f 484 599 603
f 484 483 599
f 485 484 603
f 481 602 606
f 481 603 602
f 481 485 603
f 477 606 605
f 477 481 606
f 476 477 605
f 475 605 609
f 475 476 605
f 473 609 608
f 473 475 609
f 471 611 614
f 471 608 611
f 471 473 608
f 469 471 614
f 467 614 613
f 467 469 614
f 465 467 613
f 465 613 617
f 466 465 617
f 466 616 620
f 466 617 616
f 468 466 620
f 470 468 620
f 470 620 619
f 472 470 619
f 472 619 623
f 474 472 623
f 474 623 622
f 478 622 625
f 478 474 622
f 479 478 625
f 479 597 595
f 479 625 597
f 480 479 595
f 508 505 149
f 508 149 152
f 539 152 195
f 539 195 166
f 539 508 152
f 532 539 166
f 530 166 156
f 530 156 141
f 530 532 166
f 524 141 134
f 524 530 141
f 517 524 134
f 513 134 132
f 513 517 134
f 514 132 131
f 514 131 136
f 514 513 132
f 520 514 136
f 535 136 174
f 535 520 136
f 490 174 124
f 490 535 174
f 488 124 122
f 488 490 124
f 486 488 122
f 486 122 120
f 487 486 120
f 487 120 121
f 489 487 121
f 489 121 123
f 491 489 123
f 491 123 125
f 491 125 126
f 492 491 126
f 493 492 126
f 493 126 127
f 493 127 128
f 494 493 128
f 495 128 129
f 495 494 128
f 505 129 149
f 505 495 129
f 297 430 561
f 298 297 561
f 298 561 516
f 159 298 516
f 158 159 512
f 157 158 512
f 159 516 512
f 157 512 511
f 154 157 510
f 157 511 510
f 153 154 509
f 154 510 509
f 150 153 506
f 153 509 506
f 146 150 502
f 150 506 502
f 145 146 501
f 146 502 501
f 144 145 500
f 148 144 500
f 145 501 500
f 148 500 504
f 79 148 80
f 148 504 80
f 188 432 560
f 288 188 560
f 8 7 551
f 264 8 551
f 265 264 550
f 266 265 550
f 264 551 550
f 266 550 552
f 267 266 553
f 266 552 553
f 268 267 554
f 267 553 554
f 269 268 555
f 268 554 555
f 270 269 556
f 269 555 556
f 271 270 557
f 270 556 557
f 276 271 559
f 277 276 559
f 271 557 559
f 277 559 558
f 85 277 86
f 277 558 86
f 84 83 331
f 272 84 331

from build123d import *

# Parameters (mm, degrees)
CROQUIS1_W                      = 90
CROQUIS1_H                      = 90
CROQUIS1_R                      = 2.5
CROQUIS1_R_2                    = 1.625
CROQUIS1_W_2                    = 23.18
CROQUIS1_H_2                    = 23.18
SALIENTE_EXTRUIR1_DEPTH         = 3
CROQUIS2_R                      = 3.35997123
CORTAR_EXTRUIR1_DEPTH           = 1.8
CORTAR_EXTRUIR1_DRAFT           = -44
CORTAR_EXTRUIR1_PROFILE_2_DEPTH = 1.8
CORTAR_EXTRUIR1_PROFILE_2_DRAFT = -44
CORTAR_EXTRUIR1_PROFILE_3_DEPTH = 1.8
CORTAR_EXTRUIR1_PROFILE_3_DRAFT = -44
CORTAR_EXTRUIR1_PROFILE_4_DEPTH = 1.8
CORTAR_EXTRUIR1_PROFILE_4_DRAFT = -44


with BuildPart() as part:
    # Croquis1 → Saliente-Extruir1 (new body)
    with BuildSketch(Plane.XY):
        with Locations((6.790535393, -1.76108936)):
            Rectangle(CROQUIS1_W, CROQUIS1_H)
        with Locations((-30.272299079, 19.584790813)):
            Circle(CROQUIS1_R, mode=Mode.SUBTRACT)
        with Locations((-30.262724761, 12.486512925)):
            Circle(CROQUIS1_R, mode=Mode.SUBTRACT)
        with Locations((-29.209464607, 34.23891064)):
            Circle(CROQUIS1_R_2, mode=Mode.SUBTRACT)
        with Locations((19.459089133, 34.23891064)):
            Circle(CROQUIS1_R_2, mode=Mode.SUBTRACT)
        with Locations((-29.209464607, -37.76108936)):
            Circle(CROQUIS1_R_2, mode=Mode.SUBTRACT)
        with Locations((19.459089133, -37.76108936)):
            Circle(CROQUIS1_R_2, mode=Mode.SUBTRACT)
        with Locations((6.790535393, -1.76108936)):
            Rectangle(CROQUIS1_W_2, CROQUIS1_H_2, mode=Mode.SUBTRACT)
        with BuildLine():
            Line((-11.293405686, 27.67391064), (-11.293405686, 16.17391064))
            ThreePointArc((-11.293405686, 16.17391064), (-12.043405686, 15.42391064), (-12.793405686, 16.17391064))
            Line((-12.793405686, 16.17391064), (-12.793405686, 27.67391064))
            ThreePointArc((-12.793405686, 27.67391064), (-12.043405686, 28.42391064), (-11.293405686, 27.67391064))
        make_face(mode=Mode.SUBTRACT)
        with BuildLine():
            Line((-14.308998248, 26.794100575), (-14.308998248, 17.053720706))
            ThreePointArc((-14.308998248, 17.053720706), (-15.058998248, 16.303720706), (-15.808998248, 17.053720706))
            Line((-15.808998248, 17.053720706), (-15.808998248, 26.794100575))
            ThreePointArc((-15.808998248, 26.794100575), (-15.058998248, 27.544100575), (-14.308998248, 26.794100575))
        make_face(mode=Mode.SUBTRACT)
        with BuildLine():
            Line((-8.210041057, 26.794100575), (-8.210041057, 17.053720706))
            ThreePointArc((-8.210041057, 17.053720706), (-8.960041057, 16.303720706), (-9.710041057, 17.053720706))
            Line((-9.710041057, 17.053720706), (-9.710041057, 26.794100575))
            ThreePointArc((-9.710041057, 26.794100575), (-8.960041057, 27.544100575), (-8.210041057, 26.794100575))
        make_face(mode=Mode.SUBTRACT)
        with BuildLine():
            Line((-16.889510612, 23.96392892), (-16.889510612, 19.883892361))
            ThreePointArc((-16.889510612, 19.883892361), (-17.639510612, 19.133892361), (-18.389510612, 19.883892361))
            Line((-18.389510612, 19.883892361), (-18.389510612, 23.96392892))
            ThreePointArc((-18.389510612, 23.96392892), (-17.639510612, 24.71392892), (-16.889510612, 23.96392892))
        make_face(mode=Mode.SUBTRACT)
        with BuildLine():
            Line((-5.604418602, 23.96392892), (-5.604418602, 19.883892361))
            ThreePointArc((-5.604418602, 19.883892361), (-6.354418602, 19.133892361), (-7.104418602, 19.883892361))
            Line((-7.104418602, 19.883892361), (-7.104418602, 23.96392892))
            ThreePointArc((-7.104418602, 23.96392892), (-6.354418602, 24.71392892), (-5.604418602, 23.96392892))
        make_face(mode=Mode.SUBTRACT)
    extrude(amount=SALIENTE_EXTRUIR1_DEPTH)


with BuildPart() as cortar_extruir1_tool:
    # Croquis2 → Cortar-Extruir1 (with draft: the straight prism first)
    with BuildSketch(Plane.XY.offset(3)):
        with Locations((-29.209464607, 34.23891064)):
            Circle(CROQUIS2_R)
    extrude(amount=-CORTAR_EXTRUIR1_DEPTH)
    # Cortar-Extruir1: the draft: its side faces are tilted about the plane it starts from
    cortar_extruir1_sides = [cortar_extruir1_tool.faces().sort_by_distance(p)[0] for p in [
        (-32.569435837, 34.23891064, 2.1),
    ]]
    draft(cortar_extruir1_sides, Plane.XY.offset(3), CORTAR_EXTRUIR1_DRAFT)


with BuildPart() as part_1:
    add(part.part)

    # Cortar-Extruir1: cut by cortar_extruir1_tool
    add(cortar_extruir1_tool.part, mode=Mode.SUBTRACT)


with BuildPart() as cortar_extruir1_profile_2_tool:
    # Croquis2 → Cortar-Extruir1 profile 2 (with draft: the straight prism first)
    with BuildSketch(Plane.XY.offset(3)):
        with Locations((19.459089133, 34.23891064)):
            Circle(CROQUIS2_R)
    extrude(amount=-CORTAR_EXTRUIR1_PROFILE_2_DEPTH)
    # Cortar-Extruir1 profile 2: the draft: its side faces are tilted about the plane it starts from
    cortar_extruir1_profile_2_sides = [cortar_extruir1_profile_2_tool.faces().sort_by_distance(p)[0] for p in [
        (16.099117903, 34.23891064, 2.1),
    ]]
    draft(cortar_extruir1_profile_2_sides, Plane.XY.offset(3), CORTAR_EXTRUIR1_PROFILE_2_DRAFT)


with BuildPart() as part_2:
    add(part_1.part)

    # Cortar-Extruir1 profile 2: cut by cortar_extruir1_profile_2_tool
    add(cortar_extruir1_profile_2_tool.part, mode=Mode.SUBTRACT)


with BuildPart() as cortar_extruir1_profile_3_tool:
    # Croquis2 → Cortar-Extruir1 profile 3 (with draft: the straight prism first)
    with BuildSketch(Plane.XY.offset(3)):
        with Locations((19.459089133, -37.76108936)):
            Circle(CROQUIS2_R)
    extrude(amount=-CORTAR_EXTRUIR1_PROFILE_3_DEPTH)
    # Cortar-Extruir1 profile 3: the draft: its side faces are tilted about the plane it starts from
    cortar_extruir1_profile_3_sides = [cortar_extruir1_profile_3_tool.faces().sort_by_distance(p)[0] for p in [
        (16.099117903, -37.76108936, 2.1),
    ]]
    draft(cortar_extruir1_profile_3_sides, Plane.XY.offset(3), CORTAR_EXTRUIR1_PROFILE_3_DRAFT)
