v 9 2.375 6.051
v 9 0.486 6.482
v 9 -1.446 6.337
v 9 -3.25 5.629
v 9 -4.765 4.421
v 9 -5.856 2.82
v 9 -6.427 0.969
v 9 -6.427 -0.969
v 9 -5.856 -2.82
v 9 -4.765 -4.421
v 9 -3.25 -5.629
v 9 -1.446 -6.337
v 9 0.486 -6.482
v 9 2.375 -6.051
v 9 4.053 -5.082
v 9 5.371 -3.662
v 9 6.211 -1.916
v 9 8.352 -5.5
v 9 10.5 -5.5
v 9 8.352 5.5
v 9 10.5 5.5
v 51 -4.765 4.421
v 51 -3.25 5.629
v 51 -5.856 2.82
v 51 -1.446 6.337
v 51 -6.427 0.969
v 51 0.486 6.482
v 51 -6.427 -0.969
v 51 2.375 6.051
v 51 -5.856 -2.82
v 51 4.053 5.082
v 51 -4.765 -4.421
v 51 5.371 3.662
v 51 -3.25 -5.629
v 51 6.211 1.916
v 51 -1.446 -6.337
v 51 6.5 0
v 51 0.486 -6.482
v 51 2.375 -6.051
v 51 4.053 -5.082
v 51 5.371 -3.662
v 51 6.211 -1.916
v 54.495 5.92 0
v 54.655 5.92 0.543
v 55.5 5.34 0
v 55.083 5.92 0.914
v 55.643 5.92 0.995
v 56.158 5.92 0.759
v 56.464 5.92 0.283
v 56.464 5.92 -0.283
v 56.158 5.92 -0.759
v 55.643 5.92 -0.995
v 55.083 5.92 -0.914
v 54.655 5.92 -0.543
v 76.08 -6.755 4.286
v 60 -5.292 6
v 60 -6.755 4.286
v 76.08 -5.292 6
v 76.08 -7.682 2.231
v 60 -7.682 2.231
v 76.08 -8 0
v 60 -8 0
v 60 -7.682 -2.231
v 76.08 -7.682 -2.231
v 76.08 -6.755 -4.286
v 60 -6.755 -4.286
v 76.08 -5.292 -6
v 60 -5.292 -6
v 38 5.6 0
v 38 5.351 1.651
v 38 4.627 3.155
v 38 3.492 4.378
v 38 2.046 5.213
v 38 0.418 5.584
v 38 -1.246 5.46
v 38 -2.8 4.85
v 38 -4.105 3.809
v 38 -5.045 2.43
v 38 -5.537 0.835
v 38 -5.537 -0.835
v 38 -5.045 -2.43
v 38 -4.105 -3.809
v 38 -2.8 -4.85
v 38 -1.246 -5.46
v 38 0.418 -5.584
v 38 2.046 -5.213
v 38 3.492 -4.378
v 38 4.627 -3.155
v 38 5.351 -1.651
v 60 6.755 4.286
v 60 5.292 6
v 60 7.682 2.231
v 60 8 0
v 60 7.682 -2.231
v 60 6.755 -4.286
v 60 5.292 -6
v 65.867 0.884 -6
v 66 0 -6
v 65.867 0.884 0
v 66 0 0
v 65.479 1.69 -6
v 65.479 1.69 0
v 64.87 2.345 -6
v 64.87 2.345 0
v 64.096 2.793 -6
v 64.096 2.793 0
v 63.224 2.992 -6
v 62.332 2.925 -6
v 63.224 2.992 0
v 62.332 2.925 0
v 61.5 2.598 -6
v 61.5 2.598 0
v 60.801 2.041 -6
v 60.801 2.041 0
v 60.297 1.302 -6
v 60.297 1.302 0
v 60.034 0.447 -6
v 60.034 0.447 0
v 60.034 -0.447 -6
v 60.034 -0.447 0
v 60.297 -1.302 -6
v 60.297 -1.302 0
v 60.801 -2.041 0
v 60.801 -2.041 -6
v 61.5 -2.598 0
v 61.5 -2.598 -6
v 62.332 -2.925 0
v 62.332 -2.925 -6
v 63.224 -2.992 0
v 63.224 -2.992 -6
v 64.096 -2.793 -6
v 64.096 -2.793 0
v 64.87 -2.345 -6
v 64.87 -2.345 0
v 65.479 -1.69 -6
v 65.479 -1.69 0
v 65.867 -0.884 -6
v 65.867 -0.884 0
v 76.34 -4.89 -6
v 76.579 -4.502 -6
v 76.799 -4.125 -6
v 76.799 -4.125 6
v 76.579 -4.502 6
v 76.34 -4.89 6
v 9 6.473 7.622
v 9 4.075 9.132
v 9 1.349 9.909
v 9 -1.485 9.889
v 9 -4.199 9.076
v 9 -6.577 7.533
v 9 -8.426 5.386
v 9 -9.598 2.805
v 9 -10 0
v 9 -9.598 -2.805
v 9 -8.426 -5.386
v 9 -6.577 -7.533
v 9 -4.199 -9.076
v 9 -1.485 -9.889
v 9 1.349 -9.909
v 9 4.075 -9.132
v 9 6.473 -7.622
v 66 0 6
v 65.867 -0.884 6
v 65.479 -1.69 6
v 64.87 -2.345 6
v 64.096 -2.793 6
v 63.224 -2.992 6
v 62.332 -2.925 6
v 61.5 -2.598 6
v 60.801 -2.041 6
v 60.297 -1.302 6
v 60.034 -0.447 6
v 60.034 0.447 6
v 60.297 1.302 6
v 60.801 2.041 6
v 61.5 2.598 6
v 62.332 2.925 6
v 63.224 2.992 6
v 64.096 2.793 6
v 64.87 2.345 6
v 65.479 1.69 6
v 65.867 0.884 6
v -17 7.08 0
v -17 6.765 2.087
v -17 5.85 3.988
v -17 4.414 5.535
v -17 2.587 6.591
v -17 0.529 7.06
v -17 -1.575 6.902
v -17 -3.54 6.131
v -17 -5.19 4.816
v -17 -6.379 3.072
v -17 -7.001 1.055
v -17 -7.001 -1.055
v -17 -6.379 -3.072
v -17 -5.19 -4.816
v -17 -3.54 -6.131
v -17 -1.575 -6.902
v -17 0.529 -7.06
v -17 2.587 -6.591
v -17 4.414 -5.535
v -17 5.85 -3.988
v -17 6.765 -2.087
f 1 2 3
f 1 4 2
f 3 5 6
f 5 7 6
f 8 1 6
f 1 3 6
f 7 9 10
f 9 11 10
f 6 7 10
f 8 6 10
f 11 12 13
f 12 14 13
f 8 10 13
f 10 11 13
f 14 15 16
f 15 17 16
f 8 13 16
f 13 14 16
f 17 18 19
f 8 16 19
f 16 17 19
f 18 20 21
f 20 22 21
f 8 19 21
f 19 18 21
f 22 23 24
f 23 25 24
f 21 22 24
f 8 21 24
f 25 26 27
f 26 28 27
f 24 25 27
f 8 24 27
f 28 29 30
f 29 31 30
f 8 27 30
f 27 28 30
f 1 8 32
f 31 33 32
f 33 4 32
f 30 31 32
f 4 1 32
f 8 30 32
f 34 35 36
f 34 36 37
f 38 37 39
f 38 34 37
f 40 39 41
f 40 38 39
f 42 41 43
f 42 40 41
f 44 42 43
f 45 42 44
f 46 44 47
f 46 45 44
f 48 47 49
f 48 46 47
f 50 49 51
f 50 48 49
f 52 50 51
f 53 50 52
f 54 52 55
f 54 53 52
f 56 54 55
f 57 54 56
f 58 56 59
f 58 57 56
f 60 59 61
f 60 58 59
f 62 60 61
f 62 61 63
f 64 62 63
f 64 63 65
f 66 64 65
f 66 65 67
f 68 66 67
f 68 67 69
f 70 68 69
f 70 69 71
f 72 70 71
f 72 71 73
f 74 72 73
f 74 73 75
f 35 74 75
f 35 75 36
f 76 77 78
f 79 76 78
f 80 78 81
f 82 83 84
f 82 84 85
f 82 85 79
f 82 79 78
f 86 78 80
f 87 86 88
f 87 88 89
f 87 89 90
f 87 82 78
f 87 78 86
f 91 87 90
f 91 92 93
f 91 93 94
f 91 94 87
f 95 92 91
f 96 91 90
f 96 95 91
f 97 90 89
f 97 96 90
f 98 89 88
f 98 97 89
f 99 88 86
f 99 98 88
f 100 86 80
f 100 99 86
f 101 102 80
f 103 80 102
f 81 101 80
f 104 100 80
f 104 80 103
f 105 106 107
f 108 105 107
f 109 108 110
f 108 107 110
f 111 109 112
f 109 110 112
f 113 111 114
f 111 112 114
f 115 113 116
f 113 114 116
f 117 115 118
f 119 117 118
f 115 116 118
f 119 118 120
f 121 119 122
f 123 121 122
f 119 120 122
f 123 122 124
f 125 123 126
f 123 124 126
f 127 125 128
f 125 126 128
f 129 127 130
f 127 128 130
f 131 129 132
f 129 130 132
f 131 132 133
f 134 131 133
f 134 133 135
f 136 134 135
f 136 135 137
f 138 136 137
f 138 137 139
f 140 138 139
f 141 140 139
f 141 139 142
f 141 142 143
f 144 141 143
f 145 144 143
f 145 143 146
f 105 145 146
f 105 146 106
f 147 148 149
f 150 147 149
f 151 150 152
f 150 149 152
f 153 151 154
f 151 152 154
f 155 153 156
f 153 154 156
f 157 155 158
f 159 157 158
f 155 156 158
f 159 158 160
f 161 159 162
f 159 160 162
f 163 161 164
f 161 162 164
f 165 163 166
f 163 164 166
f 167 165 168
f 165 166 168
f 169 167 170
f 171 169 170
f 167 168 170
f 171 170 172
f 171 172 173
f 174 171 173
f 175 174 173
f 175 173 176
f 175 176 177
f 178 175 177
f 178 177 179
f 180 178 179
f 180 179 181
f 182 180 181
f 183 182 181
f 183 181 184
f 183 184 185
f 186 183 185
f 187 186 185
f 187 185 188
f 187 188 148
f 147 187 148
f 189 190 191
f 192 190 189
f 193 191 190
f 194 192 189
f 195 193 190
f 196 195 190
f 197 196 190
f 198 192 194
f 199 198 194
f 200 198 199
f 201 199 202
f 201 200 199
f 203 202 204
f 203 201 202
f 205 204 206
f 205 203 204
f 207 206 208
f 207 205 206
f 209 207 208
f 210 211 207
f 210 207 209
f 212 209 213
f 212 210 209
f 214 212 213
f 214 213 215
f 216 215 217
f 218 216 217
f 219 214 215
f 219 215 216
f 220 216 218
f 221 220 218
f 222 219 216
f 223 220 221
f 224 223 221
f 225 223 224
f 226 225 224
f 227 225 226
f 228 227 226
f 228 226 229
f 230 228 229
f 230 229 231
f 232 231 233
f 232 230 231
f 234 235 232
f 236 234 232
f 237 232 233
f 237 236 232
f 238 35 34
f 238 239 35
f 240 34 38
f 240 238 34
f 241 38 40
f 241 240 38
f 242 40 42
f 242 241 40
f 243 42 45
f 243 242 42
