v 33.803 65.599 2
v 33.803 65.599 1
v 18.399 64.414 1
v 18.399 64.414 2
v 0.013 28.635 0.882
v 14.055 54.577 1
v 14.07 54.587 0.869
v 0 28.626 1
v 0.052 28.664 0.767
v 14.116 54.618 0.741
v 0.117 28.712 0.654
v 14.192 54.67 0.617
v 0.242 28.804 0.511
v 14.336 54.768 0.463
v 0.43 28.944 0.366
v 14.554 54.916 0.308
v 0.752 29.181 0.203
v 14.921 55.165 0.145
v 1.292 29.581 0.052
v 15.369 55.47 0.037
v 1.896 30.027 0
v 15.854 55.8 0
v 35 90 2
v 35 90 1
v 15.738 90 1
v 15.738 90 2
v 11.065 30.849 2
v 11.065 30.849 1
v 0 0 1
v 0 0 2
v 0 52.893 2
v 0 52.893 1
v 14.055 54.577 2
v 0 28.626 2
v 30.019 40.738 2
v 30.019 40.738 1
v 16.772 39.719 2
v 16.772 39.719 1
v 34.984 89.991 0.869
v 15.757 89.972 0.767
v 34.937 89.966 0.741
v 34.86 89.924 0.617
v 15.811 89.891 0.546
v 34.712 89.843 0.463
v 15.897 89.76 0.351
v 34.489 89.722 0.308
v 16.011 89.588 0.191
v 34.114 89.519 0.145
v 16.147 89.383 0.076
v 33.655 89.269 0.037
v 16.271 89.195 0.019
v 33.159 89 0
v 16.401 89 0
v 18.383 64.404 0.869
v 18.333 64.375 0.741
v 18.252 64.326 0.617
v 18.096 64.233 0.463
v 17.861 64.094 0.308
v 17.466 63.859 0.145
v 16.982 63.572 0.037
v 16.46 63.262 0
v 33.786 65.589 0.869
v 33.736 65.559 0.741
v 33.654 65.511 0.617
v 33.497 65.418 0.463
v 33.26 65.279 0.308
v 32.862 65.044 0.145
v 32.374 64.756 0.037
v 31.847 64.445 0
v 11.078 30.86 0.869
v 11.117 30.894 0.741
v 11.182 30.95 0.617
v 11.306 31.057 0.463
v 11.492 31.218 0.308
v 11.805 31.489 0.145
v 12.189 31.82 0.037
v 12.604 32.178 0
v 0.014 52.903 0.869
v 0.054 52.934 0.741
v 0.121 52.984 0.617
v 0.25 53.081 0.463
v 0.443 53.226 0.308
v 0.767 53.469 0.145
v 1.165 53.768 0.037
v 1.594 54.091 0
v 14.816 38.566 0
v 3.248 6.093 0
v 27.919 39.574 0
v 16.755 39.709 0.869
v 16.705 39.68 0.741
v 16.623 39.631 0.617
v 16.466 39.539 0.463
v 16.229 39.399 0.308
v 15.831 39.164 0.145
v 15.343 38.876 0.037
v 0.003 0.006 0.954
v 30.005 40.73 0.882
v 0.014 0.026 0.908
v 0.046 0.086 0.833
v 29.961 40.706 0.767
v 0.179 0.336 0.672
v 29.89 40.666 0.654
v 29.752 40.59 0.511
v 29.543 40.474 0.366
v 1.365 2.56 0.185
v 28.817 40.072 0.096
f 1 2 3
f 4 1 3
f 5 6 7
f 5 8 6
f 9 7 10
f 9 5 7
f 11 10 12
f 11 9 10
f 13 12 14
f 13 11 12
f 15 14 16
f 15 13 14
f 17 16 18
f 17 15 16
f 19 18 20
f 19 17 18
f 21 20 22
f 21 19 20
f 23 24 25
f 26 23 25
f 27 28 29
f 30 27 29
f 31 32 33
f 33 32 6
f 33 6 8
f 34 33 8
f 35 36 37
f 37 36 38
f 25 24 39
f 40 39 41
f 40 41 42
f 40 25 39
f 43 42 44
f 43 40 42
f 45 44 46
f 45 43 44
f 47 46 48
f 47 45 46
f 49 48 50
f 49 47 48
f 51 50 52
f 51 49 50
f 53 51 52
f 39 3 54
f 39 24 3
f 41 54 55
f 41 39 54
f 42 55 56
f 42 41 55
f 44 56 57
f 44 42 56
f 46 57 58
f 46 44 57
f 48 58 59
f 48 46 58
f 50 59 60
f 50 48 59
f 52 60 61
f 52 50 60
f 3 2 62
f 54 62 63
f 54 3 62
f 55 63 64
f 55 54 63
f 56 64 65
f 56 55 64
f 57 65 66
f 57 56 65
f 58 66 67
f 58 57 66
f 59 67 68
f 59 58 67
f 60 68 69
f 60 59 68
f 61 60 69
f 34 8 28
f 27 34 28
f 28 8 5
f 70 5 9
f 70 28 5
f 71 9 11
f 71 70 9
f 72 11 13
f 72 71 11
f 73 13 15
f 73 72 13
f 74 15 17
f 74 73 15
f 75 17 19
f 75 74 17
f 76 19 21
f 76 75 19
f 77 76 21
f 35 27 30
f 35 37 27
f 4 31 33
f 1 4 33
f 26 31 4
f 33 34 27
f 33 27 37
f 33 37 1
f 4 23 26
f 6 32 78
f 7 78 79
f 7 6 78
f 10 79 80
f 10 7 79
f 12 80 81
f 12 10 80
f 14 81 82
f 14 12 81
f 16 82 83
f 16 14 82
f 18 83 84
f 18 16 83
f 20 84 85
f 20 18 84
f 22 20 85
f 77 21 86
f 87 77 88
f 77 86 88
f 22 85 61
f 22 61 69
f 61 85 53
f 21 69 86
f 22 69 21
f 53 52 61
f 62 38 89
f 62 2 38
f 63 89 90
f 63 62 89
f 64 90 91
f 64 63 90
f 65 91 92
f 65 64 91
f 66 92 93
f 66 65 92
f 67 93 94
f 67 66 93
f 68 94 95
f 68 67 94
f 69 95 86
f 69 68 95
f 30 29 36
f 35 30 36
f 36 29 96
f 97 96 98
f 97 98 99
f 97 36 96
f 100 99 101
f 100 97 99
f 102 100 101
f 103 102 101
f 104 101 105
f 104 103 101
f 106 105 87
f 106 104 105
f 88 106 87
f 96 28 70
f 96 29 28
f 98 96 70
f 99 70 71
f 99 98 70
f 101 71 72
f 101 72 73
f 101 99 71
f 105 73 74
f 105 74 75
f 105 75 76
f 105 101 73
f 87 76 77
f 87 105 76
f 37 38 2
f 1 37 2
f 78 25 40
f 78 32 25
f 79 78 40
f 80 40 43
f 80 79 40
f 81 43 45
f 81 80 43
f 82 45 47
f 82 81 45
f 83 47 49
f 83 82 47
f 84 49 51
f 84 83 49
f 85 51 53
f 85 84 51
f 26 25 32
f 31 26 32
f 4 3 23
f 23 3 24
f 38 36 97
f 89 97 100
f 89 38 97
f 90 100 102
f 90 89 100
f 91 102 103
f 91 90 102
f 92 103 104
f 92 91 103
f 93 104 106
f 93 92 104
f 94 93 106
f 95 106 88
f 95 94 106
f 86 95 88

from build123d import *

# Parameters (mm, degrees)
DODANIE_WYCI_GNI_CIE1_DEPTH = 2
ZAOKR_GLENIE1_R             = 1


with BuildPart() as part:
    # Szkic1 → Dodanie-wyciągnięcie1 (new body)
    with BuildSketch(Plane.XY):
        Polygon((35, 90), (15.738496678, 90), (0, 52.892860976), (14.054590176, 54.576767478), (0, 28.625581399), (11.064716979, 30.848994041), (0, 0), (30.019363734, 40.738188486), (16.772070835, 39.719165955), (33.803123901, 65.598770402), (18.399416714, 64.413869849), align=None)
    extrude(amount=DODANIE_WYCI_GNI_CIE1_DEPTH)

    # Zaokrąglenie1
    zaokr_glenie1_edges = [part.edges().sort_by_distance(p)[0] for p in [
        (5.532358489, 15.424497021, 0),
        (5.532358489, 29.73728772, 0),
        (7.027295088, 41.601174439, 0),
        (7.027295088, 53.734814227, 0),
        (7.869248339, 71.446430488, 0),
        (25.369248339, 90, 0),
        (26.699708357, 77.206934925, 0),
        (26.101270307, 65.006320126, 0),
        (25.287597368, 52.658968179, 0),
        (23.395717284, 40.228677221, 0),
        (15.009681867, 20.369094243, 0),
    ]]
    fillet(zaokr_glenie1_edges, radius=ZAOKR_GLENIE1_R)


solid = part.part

- - -

What is required: Out of the data above, return each line where the word "straight" can be found.

Reply:
    # Croquis2 → Cortar-Extruir1 (with draft: the straight prism first)
    # Croquis2 → Cortar-Extruir1 profile 2 (with draft: the straight prism first)
    # Croquis2 → Cortar-Extruir1 profile 3 (with draft: the straight prism first)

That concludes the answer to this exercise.